- Task instructions: In the entries below, find the line with "Line((82.55, 9.525), (57.15, 9.525))" and the line with "# FreeCAD 1.0 macro for this part". Reproduce those two lines and every line between them exactly, and nothing more.

>>>

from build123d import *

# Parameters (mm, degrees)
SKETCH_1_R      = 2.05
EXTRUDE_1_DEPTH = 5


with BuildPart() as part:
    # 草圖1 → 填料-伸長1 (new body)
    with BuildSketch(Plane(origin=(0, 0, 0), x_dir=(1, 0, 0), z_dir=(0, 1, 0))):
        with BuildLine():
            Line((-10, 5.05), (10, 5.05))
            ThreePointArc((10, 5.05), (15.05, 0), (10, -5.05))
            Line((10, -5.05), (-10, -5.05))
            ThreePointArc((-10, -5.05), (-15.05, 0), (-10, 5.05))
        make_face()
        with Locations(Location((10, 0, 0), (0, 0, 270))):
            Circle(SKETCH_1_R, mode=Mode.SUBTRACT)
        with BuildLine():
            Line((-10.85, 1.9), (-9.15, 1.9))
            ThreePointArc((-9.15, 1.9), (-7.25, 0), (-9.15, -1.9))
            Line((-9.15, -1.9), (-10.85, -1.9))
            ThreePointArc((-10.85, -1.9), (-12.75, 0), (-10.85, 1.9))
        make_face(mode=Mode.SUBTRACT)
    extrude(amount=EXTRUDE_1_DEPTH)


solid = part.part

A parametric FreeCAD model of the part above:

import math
import FreeCAD as App
import Part
import Sketcher

V = App.Vector

doc = App.newDocument("Part")
body = doc.addObject("PartDesign::Body", "Body")

# Sketch on XZ plane
sketch1 = body.newObject("Sketcher::SketchObject", "Sketch")
sketch1.AttachmentSupport = (doc.getObject("XZ_Plane"), [""])
sketch1.MapMode = "FlatFace"
sketch1.addGeometry([
    Part.LineSegment(V(10, -5, 0), V(-10, -5, 0)),  # 0
    Part.ArcOfCircle(Part.Circle(V(-10, 0, 0), V(0, 0, 1), 5), math.radians(90), math.radians(270)),  # 1
    Part.LineSegment(V(-10, 5, 0), V(10, 5, 0)),  # 2
    Part.ArcOfCircle(Part.Circle(V(10, 0, 0), V(0, 0, 1), 5), math.radians(-90), math.radians(90)),  # 3
    Part.Circle(V(10, 0, 0), V(0, 0, 1), 2),  # 4
    Part.LineSegment(V(-10.8, -1.9, 0), V(-9.2, -1.9, 0)),  # 5
    Part.ArcOfCircle(Part.Circle(V(-9.2, 0, 0), V(0, 0, 1), 1.9), math.radians(-90), math.radians(90)),  # 6
    Part.LineSegment(V(-9.2, 1.9, 0), V(-10.8, 1.9, 0)),  # 7
    Part.ArcOfCircle(Part.Circle(V(-10.8, 0, 0), V(0, 0, 1), 1.9), math.radians(90), math.radians(270)),  # 8
], False)
sketch1.addConstraint([
    Sketcher.Constraint("Tangent", 0, 2, 1, 2),
    Sketcher.Constraint("Tangent", 1, 1, 2, 1),
    Sketcher.Constraint("Tangent", 2, 2, 3, 2),
    Sketcher.Constraint("Tangent", 3, 1, 0, 1),
    Sketcher.Constraint("Tangent", 5, 2, 6, 1),
    Sketcher.Constraint("Tangent", 6, 2, 7, 1),
    Sketcher.Constraint("Tangent", 7, 2, 8, 1),
    Sketcher.Constraint("Tangent", 8, 2, 5, 1),
    Sketcher.Constraint("Horizontal", 0),
    Sketcher.Constraint("Horizontal", 2),
    Sketcher.Constraint("Horizontal", 5),
    Sketcher.Constraint("Horizontal", 7),
    Sketcher.Constraint("Coincident", 4, 3, 3, 3),
    Sketcher.Constraint("Symmetric", 1, 3, 3, 3, -1, 1),
    Sketcher.Constraint("PointOnObject", 6, 3, -1),
    Sketcher.Constraint("Diameter", 4, 4.1),
    Sketcher.Constraint("Radius", 6, 1.9),
    Sketcher.Constraint("DistanceX", 0, 2, 0, 1, 20.0),
    Sketcher.Constraint("Radius", 1, 5.05),
    Sketcher.Constraint("DistanceX", 5, 1, 5, 2, 1.7),
    Sketcher.Constraint("DistanceX", 6, 3, -1, 1, 9.15),
])
pad1 = body.newObject("PartDesign::Pad", "Pad")
pad1.Profile = sketch1
pad1.Length = 5
pad1.Reversed = True

doc.recompute()
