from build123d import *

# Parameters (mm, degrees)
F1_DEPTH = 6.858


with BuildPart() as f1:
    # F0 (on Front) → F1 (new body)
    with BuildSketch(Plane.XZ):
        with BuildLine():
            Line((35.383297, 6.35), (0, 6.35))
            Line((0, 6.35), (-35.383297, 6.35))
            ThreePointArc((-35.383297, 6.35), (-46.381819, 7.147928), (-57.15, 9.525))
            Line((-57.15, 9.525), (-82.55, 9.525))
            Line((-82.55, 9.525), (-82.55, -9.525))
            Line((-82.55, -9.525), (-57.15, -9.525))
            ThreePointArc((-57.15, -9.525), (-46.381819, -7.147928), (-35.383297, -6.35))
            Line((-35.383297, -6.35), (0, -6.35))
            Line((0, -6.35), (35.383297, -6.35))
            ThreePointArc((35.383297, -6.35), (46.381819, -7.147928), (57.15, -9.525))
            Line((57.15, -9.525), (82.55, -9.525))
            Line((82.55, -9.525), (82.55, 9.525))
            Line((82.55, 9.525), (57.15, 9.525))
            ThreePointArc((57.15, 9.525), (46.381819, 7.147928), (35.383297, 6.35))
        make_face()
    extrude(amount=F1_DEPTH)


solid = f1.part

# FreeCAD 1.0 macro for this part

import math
import FreeCAD as App
import Part
import Sketcher
from FreeCAD import Vector
Q = App.Units.Quantity

doc = App.newDocument("Part")
params = doc.addObject("Spreadsheet::Sheet", "Params")
for row, (alias, value) in enumerate([
    ("sketch1_width", "1 in"),
    ("sketch1_height", "0.75 in"),
    ("pad1_length", "0.27 in"),
], start=1):
    params.set(f"A{row}", alias)
    params.set(f"B{row}", "=" + value)
    params.setAlias(f"B{row}", alias)

body = doc.addObject("PartDesign::Body", "Body")

# Sketch on XZ plane
sketch1 = body.newObject("Sketcher::SketchObject", "Sketch")
sketch1.AttachmentSupport = (doc.getObject("XZ_Plane"), [""])
sketch1.MapMode = "FlatFace"
sketch1.addGeometry(Part.LineSegment(Vector(35, 6, 0), Vector(-35, 6, 0)), False)
sketch1.addGeometry(Part.ArcOfCircle(Part.Circle(Vector(-35, 83, 0), Vector(0, 0, 1), 76), math.radians(-106.6), math.radians(-90)), False)
sketch1.addGeometry(Part.LineSegment(Vector(-57, 10, 0), Vector(-83, 10, 0)), False)
sketch1.addGeometry(Part.LineSegment(Vector(-83, 10, 0), Vector(-83, -10, 0)), False)
sketch1.addGeometry(Part.LineSegment(Vector(-83, -10, 0), Vector(-57, -10, 0)), False)
sketch1.addGeometry(Part.ArcOfCircle(Part.Circle(Vector(-35, -83, 0), Vector(0, 0, 1), 76), math.radians(90), math.radians(106.6)), False)
sketch1.addGeometry(Part.LineSegment(Vector(-35, -6, 0), Vector(35, -6, 0)), False)
sketch1.addGeometry(Part.ArcOfCircle(Part.Circle(Vector(35, -83, 0), Vector(0, 0, 1), 76), math.radians(73.4), math.radians(90)), False)
sketch1.addGeometry(Part.LineSegment(Vector(57, -10, 0), Vector(83, -10, 0)), False)
sketch1.addGeometry(Part.LineSegment(Vector(83, -10, 0), Vector(83, 10, 0)), False)
sketch1.addGeometry(Part.LineSegment(Vector(83, 10, 0), Vector(57, 10, 0)), False)
sketch1.addGeometry(Part.ArcOfCircle(Part.Circle(Vector(35, 83, 0), Vector(0, 0, 1), 76), math.radians(-90), math.radians(-73.4)), False)
sketch1.addConstraint(Sketcher.Constraint("Tangent", 0, 2, 1, 2))
sketch1.addConstraint(Sketcher.Constraint("Coincident", 1, 1, 2, 1))
sketch1.addConstraint(Sketcher.Constraint("Coincident", 2, 2, 3, 1))
sketch1.addConstraint(Sketcher.Constraint("Coincident", 3, 2, 4, 1))
sketch1.addConstraint(Sketcher.Constraint("Coincident", 4, 2, 5, 2))
sketch1.addConstraint(Sketcher.Constraint("Tangent", 5, 1, 6, 1))
sketch1.addConstraint(Sketcher.Constraint("Tangent", 6, 2, 7, 2))
sketch1.addConstraint(Sketcher.Constraint("Coincident", 7, 1, 8, 1))
sketch1.addConstraint(Sketcher.Constraint("Coincident", 8, 2, 9, 1))
sketch1.addConstraint(Sketcher.Constraint("Coincident", 9, 2, 10, 1))
sketch1.addConstraint(Sketcher.Constraint("Coincident", 10, 2, 11, 2))
sketch1.addConstraint(Sketcher.Constraint("Tangent", 11, 1, 0, 1))
sketch1.addConstraint(Sketcher.Constraint("Horizontal", 0))
sketch1.addConstraint(Sketcher.Constraint("Horizontal", 2))
sketch1.addConstraint(Sketcher.Constraint("Vertical", 3))
sketch1.addConstraint(Sketcher.Constraint("Horizontal", 4))
sketch1.addConstraint(Sketcher.Constraint("Horizontal", 6))
sketch1.addConstraint(Sketcher.Constraint("Horizontal", 8))
sketch1.addConstraint(Sketcher.Constraint("Vertical", 9))
sketch1.addConstraint(Sketcher.Constraint("Horizontal", 10))
sketch1.addConstraint(Sketcher.Constraint("Equal", 1, 5))
sketch1.addConstraint(Sketcher.Constraint("Equal", 5, 7))
sketch1.addConstraint(Sketcher.Constraint("Equal", 7, 11))
sketch1.addConstraint(Sketcher.Constraint("Symmetric", 1, 3, 7, 3, -1, 1))
sketch1.addConstraint(Sketcher.Constraint("Symmetric", 2, 2, 8, 2, -1, 1))
sketch1.addConstraint(Sketcher.Constraint("Symmetric", 4, 2, 10, 2, -1, 1))
sketch1.addConstraint(Sketcher.Constraint("Symmetric", 4, 2, 7, 1, -2))
sketch1.addConstraint(Sketcher.Constraint("DistanceX", 2, 2, 2, 1, Q("1 in")))
sketch1.addConstraint(Sketcher.Constraint("DistanceY", 3, 2, 3, 1, Q("0.75 in")))
sketch1.addConstraint(Sketcher.Constraint("DistanceY", 5, 1, 0, 2, Q("0.5 in")))
sketch1.addConstraint(Sketcher.Constraint("DistanceX", 1, 1, -1, 1, Q("2.25 in")))
sketch1.addConstraint(Sketcher.Constraint("Radius", 1, 76.200027))
sketch1.setExpression("Constraints[27]", "Params.sketch1_width")
sketch1.setExpression("Constraints[28]", "Params.sketch1_height")
pad1 = body.newObject("PartDesign::Pad", "Pad")
pad1.Profile = sketch1
pad1.setExpression("Length", "Params.pad1_length")

doc.recompute()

<<<

- Response box:
            Line((82.55, 9.525), (57.15, 9.525))
            ThreePointArc((57.15, 9.525), (46.381819, 7.147928), (35.383297, 6.35))
        make_face()
    extrude(amount=F1_DEPTH)


solid = f1.part

# FreeCAD 1.0 macro for this part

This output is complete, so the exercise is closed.